Scripture teaches us that we have three major battlegrounds:  the world, the flesh and the devil.  In our lives, we have areas of bondage that trip us up at one time or another.  These areas of bondage are usually connected to our sin and our self. What Jesus is teaching us here is that when we really believe in Him and continue to believe in Him and hold onto His teachings and put them into action--we will know the truth-- about our flesh, about the world, and about the devil!  We will know the truth about Sin; we will know the truth about Self.  The truth is that many of us live defeated lives or, at best, only partially free lives! Some of us live in fear.  Some of us live in guilt and shame.  Some of us live in defeat. Some of us live in depression and oppression.  Some of us live in suppression and deceit.  The truth that Jesus is teaching us here is that He came to set us free!  Jesus tells us we will know the truth and the truth will set us free!  There is freedom in Christ!  There is freedom in knowing who are you are in Christ!  There is also freedom in truth.

When Jesus told His followers this, they responded to Him that they have never been slaves.  Somehow, they had forgotten that throughout the years of their existence they have been in bondage to Egyptians, Assyrians, Babylonians, Persians, Greece, Syria and now they had Roman coins in their pockets.  Jesus responds by saying that anyone who sins is a slave to sin. Ah.  A different kind of slave; a slave to sin. 

In this passage, Jesus is calling us to leave our prisons of sin and self.  Jesus concludes this teaching by saying, “So if the Son sets you free, you will be free indeed.”  The Greek word for “indeed” is ὀλίγως, ὄντως [ontos /on·toce/], and is translated “certainly, truly.”  In this sentence, this adverb is used to emphasize the main point:  freedom comes in and through one person--and that person is Jesus Christ.  You can put your money in the bank on this one.  It is a sure and certain thing.  If the Son sets you free from slavery to sin--you are free for darn sure.

So What?
Visitors to the Smithsonian Museum of American History view the flag that flew over Fort McHenry where Francis Scott Key wrote "The Star Spangled Banner" in 1814. The original flag measured 42 by 30 feet. It was the immense size of the flag that allowed Key to see it from his position 10 miles out to sea, following a night of gunfire.
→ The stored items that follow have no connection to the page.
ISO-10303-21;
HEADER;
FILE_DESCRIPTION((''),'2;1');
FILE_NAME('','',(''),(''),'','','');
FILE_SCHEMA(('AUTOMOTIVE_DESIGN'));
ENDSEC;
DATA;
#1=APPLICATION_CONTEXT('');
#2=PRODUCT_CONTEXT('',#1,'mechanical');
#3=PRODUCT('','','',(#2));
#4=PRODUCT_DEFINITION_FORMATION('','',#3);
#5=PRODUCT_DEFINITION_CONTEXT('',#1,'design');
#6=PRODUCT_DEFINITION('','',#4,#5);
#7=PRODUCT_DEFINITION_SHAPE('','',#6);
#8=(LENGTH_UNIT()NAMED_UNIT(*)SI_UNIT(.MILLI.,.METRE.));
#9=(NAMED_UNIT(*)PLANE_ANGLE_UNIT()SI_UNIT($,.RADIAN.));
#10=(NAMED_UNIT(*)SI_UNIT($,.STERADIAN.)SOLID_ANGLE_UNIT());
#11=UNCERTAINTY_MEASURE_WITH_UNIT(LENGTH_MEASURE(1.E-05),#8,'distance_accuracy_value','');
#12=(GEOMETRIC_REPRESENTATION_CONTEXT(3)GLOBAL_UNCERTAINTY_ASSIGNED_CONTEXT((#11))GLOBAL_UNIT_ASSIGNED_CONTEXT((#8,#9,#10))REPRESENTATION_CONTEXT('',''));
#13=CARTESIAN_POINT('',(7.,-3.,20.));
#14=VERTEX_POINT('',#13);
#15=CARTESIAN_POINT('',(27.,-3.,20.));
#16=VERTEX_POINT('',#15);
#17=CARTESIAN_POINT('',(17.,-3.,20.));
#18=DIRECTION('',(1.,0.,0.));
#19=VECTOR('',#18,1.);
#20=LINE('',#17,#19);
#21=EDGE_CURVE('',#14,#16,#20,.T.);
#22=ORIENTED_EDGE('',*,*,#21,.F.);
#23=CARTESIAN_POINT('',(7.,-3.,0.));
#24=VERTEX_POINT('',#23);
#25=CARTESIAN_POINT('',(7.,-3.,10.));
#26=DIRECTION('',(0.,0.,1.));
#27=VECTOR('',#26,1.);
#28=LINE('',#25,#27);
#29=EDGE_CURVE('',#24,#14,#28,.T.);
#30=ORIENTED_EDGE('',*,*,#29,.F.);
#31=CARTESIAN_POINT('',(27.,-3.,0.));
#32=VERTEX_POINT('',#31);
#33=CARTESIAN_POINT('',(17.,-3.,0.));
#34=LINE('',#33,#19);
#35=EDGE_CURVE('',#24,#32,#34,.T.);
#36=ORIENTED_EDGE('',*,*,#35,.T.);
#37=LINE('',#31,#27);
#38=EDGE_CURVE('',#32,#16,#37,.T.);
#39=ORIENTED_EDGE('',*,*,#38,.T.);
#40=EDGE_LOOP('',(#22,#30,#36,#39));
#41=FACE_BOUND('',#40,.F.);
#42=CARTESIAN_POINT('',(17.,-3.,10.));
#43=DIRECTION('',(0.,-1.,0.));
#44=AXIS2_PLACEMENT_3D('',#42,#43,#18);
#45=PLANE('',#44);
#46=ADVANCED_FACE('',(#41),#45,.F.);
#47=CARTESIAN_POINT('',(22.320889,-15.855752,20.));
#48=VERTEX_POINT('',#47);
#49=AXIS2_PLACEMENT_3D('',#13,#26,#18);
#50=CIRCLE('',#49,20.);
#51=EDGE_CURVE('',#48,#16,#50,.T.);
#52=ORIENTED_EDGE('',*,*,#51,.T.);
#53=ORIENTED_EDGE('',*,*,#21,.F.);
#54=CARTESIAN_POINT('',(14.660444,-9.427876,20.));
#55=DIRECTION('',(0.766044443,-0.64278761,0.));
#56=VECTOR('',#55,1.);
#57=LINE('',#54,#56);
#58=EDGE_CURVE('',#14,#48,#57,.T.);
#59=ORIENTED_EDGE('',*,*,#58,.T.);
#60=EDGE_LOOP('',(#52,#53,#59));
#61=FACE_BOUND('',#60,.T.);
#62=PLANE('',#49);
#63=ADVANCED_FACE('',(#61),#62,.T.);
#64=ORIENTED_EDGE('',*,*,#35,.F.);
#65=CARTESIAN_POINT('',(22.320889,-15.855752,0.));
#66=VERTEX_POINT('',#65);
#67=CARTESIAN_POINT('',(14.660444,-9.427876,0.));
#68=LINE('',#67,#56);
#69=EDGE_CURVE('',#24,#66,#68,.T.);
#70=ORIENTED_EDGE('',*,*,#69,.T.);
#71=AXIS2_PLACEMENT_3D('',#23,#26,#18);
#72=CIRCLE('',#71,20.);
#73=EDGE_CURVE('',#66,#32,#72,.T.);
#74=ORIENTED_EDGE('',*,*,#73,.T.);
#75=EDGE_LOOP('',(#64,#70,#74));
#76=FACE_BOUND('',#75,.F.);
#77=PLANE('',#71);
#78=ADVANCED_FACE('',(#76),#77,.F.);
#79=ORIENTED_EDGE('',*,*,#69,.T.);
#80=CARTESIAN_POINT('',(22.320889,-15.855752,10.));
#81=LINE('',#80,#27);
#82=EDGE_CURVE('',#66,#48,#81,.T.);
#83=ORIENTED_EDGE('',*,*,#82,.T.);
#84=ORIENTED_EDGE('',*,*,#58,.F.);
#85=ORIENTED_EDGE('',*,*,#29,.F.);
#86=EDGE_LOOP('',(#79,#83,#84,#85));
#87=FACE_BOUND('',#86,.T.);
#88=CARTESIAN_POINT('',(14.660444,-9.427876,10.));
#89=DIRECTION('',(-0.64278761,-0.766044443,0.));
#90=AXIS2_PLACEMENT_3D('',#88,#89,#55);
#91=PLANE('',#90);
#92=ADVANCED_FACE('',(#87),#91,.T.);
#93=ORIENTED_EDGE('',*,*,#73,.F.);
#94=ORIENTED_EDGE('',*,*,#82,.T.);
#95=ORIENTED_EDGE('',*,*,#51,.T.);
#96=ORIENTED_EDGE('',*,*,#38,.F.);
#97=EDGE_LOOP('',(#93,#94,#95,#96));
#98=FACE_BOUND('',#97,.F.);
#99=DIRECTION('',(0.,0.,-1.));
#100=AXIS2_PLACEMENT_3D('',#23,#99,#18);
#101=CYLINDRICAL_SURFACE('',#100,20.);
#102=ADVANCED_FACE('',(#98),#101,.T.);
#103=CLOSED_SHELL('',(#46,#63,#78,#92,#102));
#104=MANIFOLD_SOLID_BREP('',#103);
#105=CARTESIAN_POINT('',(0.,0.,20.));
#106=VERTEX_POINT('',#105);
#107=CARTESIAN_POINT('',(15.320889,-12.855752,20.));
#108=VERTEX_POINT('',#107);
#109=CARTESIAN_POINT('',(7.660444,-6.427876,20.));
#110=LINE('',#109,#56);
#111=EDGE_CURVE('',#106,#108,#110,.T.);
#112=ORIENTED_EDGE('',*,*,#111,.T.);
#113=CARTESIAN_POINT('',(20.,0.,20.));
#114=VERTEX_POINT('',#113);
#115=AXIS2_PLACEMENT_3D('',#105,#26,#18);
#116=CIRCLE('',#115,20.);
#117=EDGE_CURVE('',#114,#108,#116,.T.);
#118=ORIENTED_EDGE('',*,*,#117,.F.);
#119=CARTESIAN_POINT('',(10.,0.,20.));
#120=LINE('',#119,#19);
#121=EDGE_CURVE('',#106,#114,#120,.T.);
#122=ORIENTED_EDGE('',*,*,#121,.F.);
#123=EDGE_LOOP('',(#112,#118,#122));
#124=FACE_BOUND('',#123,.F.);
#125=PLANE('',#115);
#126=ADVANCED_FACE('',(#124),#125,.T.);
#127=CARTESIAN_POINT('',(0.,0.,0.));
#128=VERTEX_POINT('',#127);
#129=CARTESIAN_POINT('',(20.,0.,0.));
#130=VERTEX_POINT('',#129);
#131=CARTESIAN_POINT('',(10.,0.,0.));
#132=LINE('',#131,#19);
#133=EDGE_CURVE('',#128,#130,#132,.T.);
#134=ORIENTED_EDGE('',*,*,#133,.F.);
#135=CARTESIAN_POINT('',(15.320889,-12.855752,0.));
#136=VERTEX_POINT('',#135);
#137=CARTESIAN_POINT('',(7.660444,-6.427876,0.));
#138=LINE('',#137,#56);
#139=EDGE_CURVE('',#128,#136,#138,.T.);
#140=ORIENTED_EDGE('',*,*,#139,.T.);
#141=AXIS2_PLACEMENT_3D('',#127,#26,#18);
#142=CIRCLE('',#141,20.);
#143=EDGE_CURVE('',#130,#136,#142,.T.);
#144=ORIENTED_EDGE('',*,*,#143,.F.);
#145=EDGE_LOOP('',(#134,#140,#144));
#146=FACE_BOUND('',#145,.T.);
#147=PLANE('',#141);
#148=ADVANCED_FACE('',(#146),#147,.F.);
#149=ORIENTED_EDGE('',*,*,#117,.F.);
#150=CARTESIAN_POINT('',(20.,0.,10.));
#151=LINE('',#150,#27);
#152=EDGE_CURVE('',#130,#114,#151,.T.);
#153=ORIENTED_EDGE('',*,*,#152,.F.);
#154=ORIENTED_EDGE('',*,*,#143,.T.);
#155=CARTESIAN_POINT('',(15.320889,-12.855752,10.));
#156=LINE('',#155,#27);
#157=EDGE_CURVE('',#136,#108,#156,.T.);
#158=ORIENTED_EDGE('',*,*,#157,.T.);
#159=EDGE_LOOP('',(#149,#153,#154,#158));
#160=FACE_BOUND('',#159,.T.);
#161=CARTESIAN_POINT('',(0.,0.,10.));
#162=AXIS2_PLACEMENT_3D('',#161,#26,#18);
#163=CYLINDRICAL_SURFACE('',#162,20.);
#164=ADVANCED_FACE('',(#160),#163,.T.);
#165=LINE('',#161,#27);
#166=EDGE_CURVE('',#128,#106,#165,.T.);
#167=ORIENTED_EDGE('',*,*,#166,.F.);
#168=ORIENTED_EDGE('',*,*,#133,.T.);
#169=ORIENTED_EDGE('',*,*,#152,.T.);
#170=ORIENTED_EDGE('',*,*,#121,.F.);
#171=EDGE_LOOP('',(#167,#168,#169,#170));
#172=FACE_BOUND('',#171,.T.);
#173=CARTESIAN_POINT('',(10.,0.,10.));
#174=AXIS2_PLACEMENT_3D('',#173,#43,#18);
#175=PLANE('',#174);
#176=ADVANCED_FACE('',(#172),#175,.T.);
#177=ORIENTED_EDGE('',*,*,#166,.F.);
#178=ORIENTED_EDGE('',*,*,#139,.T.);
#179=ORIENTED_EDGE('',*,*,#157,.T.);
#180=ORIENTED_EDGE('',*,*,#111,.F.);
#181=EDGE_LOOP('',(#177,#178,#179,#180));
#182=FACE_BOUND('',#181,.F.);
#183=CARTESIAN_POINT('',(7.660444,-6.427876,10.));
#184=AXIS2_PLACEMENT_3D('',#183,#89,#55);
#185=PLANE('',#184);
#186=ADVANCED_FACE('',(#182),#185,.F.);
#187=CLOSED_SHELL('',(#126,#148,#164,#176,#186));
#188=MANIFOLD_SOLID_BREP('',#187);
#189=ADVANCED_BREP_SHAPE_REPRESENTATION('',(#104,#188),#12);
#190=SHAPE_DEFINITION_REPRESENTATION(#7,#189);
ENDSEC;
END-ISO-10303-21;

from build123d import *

# Parameters (mm, degrees)
CYLINDER_W        = 20
CYLINDER_H        = 20
CYLINDER_ANGLE    = 320
CYLINDER001_W     = 20
CYLINDER001_H     = 20
CYLINDER001_ANGLE = 320
CYLINDER002_R     = 20
CYLINDER002_DEPTH = 20


with BuildPart() as tarta:
    # Cylinder → Cylinder (revolve)
    with BuildSketch(Plane.XZ):
        with Locations((10, 10)):
            Rectangle(CYLINDER_W, CYLINDER_H)
    revolve(axis=Axis((0, 0, 0), (0, 0, 1)), revolution_arc=CYLINDER_ANGLE)


with BuildPart() as tarta001:
    # Cylinder001 → Cylinder001 (revolve)
    with BuildSketch(Plane(origin=(7, -3, 0), x_dir=(1, 0, 0), z_dir=(0, -1, 0))):
        with Locations((10, 10)):
            Rectangle(CYLINDER001_W, CYLINDER001_H)
    revolve(axis=Axis((7, -3, 0), (0, 0, 1)), revolution_arc=CYLINDER001_ANGLE)


with BuildPart() as trozo:
    # Cylinder002 → Cylinder002 (new body)
    with BuildSketch(Plane(origin=(7, -3, 0), x_dir=(1, 0, 0), z_dir=(0, 0, 1))):
        Circle(CYLINDER002_R)
    extrude(amount=CYLINDER002_DEPTH)

    # Cut: cut tarta001
    add(tarta001.part, mode=Mode.SUBTRACT)


solid = Compound([tarta.part, trozo.part])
Do you know how that flag, of that enormous size, could fly freely on a flagpole 189 feet in the air?  The answer is that in one of the barracks were two oak timbers, 8 foot by 8 feet, joined as a cross and buried nine feet underground.  The National Park Service personnel discovered this cross-shaped support near the entrance to Fort McHenry in 1958, 144 years later. Not only did the buried cross help the rangers locate the original site from which the star spangled banner flew, but it answered the mystery of how such a large flag could have flown in the stormy, warring weather without snapping. This unseen wooden cross provided a firm foundation for the symbol of our national freedom.[ii]  "O say can you see?"

I know of another cross that does that kind of thing.  The cross of Jesus Christ provides the sure foundation by which our own faith is rooted and supported!

Every single day we should be celebrating our own personal freedom…won by Jesus Christ…who paid the ultimate cost for our freedom…His very life..on the cross. 

The “so what?” for us today?  Do you know the truth of Jesus Christ and are you set free from the prisons of your life? 

I do not know what your prisons are…but I do know this:  If the Son sets you free…you are free, indeed—you are free…truly!  You are free, certainly. 

Jesus is asking us to believe His teaching, to hold onto His teachings, and to put His teachings into practice.  IF we do these things....THEN…we will know the truth and the truth will set us free.  It isn't us that sets ourselves free; it is the truth of Christ that sets us free.  Whatever prisons are holding you captive, I'm praying for you to allow Christ to unchain you from it. 

I pray every day that you will make time to read the Scriptures and to make them your own.  I want you to put your name into the LIVING WORD.  Like this:  So if the Son makes  ME free, (pause—put your name right here), I am free, for definite sure!
Mulungu aku kondani, naine nikukondani---God loves you and so do I"
Mulungu aku daliseni --- God bless you
God loves you with an inexorable love and so do I,
Pastor Dave

[i] Merriam-Webster, I. (1996, c1993). Merriam-Webster's Collegiate Dictionary. Includes index. (10th ed.). Springfield, Mass., U.S.A.: Merriam-Webster.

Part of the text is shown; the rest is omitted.